Difference in the length of positional embeddings produce different results

Hi, I am currently experimenting with how the length of dialogue histories in one input affects the performance of dialogue models using multi-session chat data. While I am working on BlenderbotSmallForConditionalGeneration from Huggingface’s transformers with the checkpoint “blenderbot_small-90M”, I encountered results which are not understandable for me.

Since I want to put long inputs(ex. 1024, 2048, 4096…), I expanded the positional embedding matrix of the encoder since it is initialized in the size (512, 512). I copied the first 512 embeddings and appended them repeatedly to make the embedding matrix the size I want. On the other hand, I truncated the position embedding matrix of the decoder into (128, 512), since the max target length is 128.

from transformers import BlenderbotSmallForConditionalGeneration
from transformers.models.blenderbot.modeling_blenderbot import BlenderbotLearnedPositionalEmbedding
from torch import nn

import torch

src_max_len = SRC_MAX_LEN  # 4906, 2048, 1024...
trg_max_len = 128

def reset_position_embeddings():
    # Expand encoder position embedding.
    encoder_weights = model.model.encoder.embed_positions.weight.data
    model.model.encoder.embed_positions = BlenderbotLearnedPositionalEmbedding(src_max_len, model.config.d_model)
  
    num_repeats = src_max_len // model.config.max_position_embeddings
    new_encoder_weights = encoder_weights.repeat(num_repeats, 1)
    with torch.no_grad():
        model.model.encoder.embed_positions.weight = nn.Parameter(new_encoder_weights)
  
    assert torch.equal(model.model.encoder.embed_positions.weight.data, encoder_weights.repeat(num_repeats, 1))
        
    model.config.max_length = src_max_len
    model.config.max_position_embeddings = self.args.src_max_len
    
    # Truncate decoder position embedding.
    decoder_weights = model.model.decoder.embed_positions.weight.data
    model.model.decoder.embed_positions = BlenderbotLearnedPositionalEmbedding(trg_max_len, model.config.d_model)
    
    with torch.no_grad():
        model.model.decoder.embed_positions.weight = nn.Parameter(decoder_weights[:self.args.trg_max_len, :])
    
    assert torch.equal(model.model.decoder.embed_positions.weight, decoder_weights[:self.args.trg_max_len])
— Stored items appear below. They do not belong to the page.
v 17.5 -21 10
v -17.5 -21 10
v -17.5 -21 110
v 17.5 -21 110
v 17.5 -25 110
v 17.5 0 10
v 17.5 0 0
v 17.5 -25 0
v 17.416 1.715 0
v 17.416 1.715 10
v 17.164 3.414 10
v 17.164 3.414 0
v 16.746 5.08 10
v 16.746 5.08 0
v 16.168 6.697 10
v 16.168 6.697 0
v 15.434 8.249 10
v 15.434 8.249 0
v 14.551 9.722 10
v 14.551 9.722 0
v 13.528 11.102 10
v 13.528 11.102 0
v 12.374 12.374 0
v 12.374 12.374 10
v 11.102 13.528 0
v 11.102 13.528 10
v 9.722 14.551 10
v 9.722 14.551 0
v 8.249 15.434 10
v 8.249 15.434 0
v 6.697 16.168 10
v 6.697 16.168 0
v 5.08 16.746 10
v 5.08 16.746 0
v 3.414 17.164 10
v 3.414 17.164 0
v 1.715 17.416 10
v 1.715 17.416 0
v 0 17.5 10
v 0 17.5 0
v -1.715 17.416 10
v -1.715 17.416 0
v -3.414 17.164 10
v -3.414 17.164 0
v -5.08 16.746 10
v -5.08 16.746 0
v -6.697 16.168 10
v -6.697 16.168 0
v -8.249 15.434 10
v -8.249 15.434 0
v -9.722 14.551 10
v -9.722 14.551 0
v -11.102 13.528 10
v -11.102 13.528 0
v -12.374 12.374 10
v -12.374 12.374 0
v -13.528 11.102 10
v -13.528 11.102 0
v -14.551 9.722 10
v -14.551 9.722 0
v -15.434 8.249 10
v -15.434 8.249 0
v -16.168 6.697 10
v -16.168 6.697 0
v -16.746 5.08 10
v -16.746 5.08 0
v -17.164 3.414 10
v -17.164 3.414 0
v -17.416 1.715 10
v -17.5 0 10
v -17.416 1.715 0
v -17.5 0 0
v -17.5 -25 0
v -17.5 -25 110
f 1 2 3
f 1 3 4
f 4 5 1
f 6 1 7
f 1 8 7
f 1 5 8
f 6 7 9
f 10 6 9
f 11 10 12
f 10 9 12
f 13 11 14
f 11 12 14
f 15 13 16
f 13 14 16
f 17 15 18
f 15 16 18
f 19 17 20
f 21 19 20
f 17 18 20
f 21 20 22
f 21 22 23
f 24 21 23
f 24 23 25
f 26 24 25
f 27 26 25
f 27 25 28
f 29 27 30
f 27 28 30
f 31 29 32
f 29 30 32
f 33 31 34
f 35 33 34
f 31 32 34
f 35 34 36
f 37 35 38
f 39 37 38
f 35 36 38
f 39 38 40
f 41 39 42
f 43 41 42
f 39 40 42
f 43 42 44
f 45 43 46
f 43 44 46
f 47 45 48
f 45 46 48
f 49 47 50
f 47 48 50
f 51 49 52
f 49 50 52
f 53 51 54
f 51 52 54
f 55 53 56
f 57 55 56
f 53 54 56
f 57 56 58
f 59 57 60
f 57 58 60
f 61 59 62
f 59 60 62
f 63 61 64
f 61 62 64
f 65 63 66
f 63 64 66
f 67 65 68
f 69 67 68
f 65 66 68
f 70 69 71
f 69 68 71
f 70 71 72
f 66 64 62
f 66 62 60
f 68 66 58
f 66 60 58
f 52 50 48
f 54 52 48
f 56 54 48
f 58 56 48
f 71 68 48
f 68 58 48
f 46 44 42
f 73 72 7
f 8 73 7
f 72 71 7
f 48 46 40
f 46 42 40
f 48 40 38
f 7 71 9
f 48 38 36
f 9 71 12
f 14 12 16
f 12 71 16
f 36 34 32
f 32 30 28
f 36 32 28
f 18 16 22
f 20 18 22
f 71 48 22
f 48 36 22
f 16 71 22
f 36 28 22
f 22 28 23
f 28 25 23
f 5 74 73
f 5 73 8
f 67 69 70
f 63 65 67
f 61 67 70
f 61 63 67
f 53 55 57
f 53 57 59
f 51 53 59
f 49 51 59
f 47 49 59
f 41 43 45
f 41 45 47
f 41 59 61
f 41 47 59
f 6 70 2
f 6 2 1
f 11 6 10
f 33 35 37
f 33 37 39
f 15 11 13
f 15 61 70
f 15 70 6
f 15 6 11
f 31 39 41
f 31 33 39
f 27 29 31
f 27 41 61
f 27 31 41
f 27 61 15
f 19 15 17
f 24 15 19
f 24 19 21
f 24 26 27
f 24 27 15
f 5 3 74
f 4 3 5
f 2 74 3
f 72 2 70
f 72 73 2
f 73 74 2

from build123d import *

# Parameters (mm, degrees)
EXTRUDE_1_DEPTH = 10
SKETCH_2_W      = 35
SKETCH_2_H      = 4
EXTRUDE_2_DEPTH = 100


with BuildPart() as part:
    # 草图1 → 凸台-拉伸1 (new body)
    with BuildSketch(Plane.XY):
        with BuildLine():
            Line((-17.5, 0), (-17.5, -25))
            Line((-17.5, -25), (17.5, -25))
            Line((17.5, -25), (17.5, 0))
            ThreePointArc((17.5, 0), (0, 17.5), (-17.5, 0))
        make_face()
    extrude(amount=EXTRUDE_1_DEPTH)

    # 草图2 → 凸台-拉伸2 (add)
    with BuildSketch(Plane.XY.offset(10)):
        with Locations((0, -23)):
            Rectangle(SKETCH_2_W, SKETCH_2_H)
    extrude(amount=EXTRUDE_2_DEPTH)


solid = part.part
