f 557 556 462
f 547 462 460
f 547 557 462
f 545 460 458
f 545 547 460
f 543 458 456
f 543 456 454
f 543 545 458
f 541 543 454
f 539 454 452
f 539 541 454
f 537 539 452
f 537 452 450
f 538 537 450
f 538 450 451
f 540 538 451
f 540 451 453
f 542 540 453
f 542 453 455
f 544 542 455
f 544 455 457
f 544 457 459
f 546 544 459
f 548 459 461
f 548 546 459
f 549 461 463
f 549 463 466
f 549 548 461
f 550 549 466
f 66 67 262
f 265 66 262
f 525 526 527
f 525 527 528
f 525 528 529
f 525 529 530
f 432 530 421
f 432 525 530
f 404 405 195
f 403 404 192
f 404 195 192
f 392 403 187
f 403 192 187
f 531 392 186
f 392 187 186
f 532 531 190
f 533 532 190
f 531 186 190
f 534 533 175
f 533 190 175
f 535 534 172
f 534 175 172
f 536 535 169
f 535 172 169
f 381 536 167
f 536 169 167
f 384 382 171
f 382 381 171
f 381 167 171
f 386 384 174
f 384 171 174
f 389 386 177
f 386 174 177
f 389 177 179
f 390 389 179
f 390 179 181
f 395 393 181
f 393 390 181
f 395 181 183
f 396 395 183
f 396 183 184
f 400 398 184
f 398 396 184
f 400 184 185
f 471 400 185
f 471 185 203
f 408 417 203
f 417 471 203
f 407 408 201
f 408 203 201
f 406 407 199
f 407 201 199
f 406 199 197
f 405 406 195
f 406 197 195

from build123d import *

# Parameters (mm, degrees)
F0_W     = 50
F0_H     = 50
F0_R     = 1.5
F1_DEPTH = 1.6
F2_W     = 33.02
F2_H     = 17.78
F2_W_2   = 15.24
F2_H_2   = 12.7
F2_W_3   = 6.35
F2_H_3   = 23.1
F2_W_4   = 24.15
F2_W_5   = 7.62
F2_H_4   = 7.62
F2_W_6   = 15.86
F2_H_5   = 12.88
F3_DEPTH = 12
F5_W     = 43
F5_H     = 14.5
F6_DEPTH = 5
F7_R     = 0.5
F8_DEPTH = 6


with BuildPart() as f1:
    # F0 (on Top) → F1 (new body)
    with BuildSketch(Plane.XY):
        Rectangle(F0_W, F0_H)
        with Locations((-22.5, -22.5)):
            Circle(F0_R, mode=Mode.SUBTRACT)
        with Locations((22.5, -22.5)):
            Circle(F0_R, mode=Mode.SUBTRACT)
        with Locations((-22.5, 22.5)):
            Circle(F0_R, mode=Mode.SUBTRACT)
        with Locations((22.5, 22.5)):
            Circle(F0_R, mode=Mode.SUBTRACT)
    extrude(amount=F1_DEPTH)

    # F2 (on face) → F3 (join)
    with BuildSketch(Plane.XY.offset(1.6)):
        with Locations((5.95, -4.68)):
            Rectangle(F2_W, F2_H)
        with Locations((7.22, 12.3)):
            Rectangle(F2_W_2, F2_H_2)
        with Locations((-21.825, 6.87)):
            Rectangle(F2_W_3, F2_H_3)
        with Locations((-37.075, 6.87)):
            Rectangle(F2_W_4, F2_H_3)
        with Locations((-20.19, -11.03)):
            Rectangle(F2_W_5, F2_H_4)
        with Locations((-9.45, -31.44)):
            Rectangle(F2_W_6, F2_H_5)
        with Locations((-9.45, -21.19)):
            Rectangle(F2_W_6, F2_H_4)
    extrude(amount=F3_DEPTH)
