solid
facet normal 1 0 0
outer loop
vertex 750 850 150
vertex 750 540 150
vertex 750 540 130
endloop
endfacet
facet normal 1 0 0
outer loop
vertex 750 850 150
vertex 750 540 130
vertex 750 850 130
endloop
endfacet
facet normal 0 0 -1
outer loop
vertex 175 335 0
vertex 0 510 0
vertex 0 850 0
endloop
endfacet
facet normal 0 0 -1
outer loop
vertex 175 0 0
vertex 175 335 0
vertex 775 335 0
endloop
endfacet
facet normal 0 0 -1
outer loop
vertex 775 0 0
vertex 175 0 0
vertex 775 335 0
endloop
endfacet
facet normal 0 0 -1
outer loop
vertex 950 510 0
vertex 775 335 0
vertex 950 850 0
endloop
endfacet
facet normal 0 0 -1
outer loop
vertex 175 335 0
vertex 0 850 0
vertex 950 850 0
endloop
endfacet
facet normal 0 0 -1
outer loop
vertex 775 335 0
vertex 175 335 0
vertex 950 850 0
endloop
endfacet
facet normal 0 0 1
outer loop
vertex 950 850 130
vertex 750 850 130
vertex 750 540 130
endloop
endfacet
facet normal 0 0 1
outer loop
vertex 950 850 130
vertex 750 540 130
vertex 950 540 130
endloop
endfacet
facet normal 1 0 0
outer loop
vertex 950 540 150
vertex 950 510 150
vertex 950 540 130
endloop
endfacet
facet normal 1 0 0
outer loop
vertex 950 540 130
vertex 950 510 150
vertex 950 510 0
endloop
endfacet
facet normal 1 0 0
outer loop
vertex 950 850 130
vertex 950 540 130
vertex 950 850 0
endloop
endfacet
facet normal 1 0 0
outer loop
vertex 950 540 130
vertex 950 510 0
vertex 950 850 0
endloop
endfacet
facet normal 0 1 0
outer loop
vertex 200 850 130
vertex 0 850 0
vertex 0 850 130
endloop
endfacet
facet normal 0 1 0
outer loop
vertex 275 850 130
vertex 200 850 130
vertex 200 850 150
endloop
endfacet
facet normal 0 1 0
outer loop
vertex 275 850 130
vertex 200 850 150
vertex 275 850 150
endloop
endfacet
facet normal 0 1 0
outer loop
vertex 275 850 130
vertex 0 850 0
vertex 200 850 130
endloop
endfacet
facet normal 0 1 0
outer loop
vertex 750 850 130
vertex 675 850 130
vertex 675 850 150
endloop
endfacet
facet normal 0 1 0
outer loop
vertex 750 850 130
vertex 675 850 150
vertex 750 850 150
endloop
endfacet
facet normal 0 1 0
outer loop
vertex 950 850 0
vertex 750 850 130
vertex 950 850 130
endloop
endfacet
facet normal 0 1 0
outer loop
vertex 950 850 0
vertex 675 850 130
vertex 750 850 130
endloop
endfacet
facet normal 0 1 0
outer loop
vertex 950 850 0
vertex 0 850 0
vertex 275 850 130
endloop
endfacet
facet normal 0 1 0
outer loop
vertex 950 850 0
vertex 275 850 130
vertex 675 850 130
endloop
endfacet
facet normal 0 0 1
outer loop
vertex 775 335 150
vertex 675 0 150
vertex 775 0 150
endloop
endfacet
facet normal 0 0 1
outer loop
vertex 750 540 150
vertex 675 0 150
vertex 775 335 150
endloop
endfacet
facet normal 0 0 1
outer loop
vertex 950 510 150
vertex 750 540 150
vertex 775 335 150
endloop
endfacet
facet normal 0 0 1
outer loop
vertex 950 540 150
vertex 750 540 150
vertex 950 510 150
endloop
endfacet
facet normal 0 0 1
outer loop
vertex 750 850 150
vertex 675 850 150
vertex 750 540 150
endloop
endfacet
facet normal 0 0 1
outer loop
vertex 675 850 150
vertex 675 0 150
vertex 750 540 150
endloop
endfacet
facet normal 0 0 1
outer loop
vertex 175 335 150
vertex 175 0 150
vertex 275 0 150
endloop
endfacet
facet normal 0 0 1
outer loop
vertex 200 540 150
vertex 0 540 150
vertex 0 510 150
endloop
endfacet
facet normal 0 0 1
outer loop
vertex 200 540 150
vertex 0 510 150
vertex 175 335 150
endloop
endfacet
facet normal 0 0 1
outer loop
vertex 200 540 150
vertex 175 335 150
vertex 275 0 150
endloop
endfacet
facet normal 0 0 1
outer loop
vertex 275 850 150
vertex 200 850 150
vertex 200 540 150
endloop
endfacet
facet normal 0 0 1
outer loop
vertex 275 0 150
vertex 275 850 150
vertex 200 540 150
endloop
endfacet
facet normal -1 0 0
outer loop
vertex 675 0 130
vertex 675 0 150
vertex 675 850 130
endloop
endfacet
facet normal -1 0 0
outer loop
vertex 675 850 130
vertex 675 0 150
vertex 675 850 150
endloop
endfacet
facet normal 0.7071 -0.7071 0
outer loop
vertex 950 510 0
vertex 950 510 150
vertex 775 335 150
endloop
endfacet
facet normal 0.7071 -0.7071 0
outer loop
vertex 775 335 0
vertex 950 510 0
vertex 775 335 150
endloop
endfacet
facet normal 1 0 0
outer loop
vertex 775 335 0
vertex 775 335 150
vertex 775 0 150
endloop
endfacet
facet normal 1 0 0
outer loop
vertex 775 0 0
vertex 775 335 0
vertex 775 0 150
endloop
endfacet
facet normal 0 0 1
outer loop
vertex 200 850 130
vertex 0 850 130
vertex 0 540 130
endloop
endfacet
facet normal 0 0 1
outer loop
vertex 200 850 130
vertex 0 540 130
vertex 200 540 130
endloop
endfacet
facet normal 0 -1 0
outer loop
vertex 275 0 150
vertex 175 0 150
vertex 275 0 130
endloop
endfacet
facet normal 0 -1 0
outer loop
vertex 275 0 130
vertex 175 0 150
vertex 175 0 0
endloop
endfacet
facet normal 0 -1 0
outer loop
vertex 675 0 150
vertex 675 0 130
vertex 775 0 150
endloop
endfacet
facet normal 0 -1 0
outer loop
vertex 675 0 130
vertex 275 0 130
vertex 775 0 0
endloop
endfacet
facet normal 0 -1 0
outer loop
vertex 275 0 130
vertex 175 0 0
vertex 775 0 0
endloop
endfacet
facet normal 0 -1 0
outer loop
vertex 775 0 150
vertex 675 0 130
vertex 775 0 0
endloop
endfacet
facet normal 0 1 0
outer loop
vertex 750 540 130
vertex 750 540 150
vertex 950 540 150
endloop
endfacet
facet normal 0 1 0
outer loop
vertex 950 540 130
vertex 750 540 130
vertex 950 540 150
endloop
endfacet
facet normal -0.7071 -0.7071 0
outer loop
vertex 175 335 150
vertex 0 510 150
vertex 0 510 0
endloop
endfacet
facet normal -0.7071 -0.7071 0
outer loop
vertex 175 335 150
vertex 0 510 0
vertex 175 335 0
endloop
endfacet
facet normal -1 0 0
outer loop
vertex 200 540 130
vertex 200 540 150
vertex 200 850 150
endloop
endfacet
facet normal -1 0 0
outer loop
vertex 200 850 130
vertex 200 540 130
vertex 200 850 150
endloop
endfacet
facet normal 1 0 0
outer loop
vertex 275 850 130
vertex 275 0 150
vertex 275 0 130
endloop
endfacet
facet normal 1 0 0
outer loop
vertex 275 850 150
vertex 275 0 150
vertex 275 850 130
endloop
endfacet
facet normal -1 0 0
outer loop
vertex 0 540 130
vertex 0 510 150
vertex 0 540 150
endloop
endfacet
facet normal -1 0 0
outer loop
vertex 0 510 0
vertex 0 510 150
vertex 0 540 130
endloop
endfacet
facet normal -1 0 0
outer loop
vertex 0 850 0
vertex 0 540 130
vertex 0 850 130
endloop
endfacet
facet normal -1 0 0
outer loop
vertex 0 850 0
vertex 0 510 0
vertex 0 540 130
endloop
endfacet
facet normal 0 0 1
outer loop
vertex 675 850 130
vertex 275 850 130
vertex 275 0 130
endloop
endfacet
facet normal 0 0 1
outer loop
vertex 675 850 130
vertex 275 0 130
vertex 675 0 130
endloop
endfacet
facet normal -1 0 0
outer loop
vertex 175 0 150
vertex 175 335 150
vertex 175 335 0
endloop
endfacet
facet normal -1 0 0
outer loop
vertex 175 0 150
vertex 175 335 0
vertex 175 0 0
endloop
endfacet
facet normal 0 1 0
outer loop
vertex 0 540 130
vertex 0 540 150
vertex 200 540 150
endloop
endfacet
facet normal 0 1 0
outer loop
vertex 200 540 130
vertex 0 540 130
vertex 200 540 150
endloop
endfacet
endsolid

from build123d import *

# Parameters (mm, degrees)
SKETCH_W        = 950
SKETCH_H        = 850
PAD_DEPTH       = 150
SKETCH002_W     = 200
SKETCH002_H     = 310
POCKET_DEPTH    = 20
SKETCH003_W     = 400
SKETCH003_H     = 850
POCKET001_DEPTH = 20
POCKET002_DEPTH = 150.001


with BuildPart() as part:
    # Sketch → Pad (new body)
    with BuildSketch(Plane.XY):
        with Locations((475, 425)):
            Rectangle(SKETCH_W, SKETCH_H)
    extrude(amount=PAD_DEPTH)

    # Sketch002 (on Face6 of Pad) → Pocket (cut)
    with BuildSketch(Plane.XY.offset(150)):
        with Locations((100, 695)):
            Rectangle(SKETCH002_W, SKETCH002_H)
        with Locations((850, 695)):
            Rectangle(SKETCH002_W, SKETCH002_H)
    extrude(amount=-POCKET_DEPTH, mode=Mode.SUBTRACT)

    # Sketch003 (on Face5 of Pocket) → Pocket001 (cut)
    with BuildSketch(Plane.XY.offset(150)):
        with Locations((475, 425)):
            Rectangle(SKETCH003_W, SKETCH003_H)
    extrude(amount=-POCKET001_DEPTH, mode=Mode.SUBTRACT)

    # Sketch004 (on Face4 of Pocket001) → Pocket002 (cut, through all)
    with BuildSketch(Plane.XY.offset(150)):
        Polygon((0, 510), (175, 335), (175, 0), (0, 0), align=None)
        Polygon((950, 510), (775, 335), (775, 0), (950, 0), align=None)
    extrude(amount=-POCKET002_DEPTH, mode=Mode.SUBTRACT)


solid = part.part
After modifying the model, I trained it with different lengths of source data. But the maximum length of the source inputs is shorter than 2048 and the target response is the same, the results from the 4096 and 2024 versions must be identical, even if there is a difference in the size of position embeddings. However, the results were different.

image

This is odd since I checked all other variables, including the model parameters except the expanded parts of the position embeddings, the preprocessed data itself, the order of batches, etc. The reproducibility was guaranteed when I tested other data and models, but the only difference is the size of position embeddings.

I thought although the max length of the embedding matrix is different, the inputs are the same and this should not affect the results. Did I understand correctly, or there is something I am missing?